This goes to Mogadore by Courier tomorrow. We are getting on very comfortably, though Crump*15 is at times dull[,] low & unutterably stupid, at others quite bright & fairly useful. I fear that there is nothing in him, but he may improve yet. He has to be told the same thing every day. Lots of fleas & other beasts here, but the Insect powder is very useful: few mosquitoes[?] as yet. It is very hard work & I have much to do in a general way, Ball keeps accounts, Maw the chief stores. I had hoped to have written to the boys ere this, but am too busy. Love to them all & kind regards to the Jerymns[?]
Ev[er] Y[our]s affe[ctionately] | J D Hooker[signature]
*16If Oliver thinks any part of this fit for G[eneral]. C[ouncil] may copy such news[?] -- it is not my Journal which is behind hand[?]!
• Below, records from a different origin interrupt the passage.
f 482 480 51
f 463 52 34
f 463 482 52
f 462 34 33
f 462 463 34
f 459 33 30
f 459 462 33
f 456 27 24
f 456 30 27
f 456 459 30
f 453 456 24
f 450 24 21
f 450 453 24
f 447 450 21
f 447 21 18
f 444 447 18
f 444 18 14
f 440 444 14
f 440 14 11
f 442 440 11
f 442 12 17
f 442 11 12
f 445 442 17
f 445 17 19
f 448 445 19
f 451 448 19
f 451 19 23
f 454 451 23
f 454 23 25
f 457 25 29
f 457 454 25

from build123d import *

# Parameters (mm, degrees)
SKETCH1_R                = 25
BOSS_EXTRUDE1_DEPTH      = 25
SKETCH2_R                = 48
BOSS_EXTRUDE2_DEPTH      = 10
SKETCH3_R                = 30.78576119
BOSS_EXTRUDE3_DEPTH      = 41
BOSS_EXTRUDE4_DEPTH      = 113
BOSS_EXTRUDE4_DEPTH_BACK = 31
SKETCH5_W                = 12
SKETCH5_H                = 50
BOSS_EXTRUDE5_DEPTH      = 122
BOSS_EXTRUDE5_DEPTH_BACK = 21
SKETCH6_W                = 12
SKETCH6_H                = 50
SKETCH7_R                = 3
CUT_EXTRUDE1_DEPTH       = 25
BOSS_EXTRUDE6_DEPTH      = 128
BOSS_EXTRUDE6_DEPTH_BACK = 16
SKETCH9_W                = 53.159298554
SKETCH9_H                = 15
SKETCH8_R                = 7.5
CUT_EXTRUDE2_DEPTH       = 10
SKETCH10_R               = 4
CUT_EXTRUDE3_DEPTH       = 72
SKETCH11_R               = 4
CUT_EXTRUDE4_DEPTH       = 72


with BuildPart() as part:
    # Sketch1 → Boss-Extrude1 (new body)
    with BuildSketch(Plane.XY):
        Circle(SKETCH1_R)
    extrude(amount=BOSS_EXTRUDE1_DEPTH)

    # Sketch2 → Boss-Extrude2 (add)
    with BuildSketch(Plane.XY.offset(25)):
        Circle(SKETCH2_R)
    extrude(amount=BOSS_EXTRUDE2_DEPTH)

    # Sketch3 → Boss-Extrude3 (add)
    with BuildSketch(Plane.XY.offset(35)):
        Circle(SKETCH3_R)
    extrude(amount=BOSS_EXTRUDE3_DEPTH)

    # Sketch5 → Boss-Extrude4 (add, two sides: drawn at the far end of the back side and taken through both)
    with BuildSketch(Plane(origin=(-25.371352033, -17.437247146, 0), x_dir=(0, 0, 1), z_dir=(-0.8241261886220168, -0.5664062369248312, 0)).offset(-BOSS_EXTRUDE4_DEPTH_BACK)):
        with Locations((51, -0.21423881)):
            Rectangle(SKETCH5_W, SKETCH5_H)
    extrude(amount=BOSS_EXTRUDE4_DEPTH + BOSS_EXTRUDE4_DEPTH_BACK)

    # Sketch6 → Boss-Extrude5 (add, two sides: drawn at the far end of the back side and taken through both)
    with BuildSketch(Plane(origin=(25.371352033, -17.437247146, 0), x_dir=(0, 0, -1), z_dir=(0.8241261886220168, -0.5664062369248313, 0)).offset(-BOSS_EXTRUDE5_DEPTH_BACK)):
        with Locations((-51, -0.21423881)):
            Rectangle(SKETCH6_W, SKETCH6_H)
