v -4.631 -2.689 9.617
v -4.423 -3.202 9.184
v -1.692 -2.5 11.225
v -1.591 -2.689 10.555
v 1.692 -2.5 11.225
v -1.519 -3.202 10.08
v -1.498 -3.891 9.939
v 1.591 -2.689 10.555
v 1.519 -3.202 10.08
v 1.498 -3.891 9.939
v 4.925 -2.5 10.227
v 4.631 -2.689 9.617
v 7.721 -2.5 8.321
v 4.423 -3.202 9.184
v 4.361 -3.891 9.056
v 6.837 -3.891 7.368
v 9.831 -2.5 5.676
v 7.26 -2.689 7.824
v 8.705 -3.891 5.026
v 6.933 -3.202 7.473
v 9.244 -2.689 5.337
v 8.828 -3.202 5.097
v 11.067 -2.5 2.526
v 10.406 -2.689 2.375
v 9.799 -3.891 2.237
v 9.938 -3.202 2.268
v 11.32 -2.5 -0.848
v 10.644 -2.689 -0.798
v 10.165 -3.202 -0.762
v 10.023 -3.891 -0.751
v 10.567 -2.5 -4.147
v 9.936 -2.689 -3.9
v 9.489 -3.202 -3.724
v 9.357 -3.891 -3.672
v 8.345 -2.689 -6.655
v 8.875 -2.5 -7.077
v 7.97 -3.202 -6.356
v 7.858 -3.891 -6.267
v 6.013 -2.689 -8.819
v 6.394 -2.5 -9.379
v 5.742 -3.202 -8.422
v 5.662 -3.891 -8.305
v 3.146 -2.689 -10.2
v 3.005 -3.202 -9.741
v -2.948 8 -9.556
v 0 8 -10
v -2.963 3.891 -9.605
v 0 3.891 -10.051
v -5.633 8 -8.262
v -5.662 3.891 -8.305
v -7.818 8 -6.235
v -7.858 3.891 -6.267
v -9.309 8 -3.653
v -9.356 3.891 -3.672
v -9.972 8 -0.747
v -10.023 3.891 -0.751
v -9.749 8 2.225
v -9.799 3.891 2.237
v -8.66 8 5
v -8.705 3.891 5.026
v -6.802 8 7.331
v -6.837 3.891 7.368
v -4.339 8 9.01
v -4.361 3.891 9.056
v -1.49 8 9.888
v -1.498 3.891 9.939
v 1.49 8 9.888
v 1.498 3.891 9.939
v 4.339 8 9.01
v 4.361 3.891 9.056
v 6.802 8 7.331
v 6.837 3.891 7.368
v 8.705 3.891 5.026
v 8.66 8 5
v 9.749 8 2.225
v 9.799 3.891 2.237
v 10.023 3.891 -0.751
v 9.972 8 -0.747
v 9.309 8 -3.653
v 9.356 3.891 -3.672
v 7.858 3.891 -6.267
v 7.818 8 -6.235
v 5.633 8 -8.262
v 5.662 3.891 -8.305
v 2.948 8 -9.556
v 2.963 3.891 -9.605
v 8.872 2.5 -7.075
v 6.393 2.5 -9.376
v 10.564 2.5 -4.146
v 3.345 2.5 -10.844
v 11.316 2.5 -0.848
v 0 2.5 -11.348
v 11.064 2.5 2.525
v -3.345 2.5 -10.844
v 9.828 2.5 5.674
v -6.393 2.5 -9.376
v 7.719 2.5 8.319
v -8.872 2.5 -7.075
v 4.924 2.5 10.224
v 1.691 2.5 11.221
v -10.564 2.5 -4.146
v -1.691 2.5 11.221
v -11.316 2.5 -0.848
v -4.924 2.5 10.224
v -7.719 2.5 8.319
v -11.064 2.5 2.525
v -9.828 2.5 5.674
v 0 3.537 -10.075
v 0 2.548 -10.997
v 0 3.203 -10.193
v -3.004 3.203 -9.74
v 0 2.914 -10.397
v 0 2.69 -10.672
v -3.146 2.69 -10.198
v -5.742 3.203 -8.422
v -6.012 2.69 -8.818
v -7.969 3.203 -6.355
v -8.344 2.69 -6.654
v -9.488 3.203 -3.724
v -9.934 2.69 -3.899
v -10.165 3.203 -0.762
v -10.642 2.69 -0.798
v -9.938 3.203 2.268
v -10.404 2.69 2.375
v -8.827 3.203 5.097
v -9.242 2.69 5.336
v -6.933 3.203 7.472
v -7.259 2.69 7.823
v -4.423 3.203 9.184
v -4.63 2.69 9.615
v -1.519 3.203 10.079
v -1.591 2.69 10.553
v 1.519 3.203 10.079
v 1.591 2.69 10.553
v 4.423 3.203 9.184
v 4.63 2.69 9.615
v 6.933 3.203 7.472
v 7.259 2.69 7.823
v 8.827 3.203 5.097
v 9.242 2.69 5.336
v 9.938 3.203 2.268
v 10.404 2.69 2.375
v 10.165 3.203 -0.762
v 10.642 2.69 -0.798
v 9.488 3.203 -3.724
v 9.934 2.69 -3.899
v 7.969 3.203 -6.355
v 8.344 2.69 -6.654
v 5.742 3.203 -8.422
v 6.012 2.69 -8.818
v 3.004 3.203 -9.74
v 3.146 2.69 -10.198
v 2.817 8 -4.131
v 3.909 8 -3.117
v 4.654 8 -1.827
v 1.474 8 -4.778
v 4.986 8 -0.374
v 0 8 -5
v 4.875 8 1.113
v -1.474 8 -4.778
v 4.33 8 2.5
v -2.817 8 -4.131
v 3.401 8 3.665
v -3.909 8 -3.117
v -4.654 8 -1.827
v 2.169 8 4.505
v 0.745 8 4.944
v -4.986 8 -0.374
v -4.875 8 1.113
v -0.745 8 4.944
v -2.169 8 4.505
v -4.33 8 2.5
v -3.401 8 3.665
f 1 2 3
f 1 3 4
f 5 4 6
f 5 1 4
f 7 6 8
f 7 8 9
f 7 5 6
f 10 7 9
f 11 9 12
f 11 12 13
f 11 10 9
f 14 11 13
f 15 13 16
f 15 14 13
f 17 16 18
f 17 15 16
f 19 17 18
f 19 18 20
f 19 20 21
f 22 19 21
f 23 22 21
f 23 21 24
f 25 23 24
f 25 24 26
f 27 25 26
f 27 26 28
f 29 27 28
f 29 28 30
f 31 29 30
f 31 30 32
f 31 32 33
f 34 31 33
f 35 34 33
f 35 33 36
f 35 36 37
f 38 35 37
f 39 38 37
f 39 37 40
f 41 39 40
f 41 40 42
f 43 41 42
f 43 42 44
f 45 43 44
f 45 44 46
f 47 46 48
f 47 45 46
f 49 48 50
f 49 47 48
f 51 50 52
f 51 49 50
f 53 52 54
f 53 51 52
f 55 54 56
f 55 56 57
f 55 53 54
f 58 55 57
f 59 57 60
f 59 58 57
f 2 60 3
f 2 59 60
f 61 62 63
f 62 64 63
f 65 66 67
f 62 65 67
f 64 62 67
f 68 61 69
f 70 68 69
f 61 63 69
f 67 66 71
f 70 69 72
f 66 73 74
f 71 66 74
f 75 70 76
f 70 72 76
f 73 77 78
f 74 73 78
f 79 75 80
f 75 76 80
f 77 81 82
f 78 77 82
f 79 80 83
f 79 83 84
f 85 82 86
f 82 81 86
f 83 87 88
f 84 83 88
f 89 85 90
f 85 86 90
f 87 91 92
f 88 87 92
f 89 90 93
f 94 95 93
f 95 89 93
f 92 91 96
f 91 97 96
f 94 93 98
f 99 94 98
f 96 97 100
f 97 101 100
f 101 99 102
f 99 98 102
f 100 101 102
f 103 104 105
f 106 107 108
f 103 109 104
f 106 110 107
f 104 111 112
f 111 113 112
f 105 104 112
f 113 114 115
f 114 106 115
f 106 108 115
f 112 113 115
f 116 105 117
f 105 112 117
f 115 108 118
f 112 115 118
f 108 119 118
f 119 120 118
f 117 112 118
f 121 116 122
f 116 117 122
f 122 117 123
1. 'Marocco' refers to the city which is almost certainly Marrakech, rather than the country of Morocco.
2. Frances Harriet Hooker née Henslow (1825--1874). First wife of Joseph Dalton Hooker.
3. Mogadore or Mogador, now Essaouira, a city in the west of Morocco on the Atlantic coast.
4. John Ball (1818--1889). Irish politician, naturalist & traveller.
5. George Maw (1832--1912). Manufacturer, geologist, botanist & antiquarian.
6. Daniel Oliver (1830--1916). Botanist & Keeper of the Herbarium at RBG Kew from 1864--1890.
7. James Fergusson (1808--1886). Architect.
8. El Glaoui was the title of the chief of the Berber Glaoua or Glawa tribe of Southern Morocco.
9. Sir Moses Haim Montefiore (1784--1885). British financier, banker, philanthropist & activist.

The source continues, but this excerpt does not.